In the records below, the line with "f 106 314 312" opens the range and the line with "f 271 274 183" closes it; print that range exactly and nothing else.

(Beginning of Dataset records)

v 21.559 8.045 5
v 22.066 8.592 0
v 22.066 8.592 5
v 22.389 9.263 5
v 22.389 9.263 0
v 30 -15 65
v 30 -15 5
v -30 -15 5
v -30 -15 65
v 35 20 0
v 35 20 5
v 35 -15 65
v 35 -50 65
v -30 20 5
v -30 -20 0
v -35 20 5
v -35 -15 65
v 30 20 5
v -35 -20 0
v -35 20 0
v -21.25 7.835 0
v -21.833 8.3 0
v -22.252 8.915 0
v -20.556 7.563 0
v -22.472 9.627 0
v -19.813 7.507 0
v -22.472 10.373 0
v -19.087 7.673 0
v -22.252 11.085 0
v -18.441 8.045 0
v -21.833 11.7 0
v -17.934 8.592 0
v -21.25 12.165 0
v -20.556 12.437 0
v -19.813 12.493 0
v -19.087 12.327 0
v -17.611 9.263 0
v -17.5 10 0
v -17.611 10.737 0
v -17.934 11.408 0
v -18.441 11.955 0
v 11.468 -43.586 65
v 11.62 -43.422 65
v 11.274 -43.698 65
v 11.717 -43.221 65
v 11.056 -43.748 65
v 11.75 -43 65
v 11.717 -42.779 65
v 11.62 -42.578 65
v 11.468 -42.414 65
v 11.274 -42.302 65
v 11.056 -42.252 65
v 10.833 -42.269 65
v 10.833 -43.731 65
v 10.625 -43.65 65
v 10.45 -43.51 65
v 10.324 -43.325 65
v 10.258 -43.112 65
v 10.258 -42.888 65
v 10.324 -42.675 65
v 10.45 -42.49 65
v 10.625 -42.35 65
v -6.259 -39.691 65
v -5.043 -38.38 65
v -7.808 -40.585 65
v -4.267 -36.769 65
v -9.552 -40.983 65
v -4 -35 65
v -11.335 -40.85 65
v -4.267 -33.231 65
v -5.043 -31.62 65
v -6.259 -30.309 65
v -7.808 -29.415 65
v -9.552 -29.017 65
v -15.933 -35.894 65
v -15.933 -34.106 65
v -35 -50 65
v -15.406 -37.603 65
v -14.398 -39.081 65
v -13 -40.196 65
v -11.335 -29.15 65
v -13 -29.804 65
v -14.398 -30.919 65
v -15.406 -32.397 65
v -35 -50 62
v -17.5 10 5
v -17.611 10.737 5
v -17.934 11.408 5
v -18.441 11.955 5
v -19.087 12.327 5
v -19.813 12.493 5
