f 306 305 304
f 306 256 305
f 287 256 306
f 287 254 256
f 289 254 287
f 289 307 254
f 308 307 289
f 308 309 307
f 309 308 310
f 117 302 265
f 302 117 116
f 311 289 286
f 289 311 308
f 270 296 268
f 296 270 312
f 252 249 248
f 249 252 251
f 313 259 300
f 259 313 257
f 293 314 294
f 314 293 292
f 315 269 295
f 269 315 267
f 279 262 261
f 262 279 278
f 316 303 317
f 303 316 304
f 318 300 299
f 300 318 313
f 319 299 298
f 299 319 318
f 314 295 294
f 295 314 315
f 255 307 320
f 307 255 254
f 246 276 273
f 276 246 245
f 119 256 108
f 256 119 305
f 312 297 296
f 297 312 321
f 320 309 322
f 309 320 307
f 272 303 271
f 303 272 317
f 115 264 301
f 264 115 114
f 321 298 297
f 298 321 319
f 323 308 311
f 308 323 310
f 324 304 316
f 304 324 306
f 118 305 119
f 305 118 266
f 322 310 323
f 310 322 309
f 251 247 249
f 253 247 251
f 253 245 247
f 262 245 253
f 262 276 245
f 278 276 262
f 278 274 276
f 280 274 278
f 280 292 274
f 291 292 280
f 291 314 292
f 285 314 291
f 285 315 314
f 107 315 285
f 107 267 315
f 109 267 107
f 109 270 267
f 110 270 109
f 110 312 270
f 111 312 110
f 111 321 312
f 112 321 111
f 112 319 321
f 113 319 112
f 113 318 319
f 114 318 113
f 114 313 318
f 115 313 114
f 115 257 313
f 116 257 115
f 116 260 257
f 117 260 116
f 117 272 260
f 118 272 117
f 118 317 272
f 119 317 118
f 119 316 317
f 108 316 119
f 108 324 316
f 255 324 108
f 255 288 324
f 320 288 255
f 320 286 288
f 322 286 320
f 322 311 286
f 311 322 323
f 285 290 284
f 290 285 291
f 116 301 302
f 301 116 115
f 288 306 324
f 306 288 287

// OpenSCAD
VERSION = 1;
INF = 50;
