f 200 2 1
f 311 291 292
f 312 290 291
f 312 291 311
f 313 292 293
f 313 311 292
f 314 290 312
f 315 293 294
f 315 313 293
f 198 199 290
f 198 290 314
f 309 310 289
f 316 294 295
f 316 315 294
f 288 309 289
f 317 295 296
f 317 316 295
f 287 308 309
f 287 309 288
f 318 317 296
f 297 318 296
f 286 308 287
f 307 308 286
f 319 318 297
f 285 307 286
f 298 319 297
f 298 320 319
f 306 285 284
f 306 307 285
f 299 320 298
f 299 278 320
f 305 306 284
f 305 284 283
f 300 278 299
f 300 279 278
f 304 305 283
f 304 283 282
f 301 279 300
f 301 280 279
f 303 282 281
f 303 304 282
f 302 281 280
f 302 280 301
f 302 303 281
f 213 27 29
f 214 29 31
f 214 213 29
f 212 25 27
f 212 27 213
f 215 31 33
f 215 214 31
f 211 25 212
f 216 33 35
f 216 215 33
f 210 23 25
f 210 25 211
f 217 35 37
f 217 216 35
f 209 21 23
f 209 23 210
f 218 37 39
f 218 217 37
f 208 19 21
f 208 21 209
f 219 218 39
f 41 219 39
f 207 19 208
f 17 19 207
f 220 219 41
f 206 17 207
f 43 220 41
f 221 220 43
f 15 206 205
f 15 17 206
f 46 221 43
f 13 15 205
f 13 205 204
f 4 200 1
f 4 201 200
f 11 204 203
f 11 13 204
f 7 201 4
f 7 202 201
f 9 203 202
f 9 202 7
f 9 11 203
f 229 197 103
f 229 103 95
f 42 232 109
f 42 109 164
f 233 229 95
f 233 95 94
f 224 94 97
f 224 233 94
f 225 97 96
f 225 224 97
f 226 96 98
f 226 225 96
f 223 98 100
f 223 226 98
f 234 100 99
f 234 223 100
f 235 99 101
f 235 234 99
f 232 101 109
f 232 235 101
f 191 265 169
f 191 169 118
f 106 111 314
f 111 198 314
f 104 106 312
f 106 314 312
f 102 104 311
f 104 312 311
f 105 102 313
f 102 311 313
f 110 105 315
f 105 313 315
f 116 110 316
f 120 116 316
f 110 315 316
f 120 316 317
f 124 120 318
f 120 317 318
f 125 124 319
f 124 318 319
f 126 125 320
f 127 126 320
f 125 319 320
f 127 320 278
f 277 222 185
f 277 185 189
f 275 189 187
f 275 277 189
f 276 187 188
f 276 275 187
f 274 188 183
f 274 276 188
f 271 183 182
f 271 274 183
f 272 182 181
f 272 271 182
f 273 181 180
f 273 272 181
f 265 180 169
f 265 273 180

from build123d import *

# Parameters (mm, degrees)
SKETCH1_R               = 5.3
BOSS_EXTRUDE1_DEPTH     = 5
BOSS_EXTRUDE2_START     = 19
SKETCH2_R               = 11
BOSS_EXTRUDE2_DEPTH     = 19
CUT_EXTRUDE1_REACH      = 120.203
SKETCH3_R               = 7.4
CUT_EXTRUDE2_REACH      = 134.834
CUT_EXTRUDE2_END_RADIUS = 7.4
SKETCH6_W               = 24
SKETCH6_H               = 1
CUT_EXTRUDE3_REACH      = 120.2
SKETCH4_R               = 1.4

(End of Dataset records)

* Written answer
f 106 314 312
f 102 104 311
f 104 312 311
f 105 102 313
f 102 311 313
f 110 105 315
f 105 313 315
f 116 110 316
f 120 116 316
f 110 315 316
f 120 316 317
f 124 120 318
f 120 317 318
f 125 124 319
f 124 318 319
f 126 125 320
f 127 126 320
f 125 319 320
f 127 320 278
f 277 222 185
f 277 185 189
f 275 189 187
f 275 277 189
f 276 187 188
f 276 275 187
f 274 188 183
f 274 276 188
f 271 183 182
f 271 274 183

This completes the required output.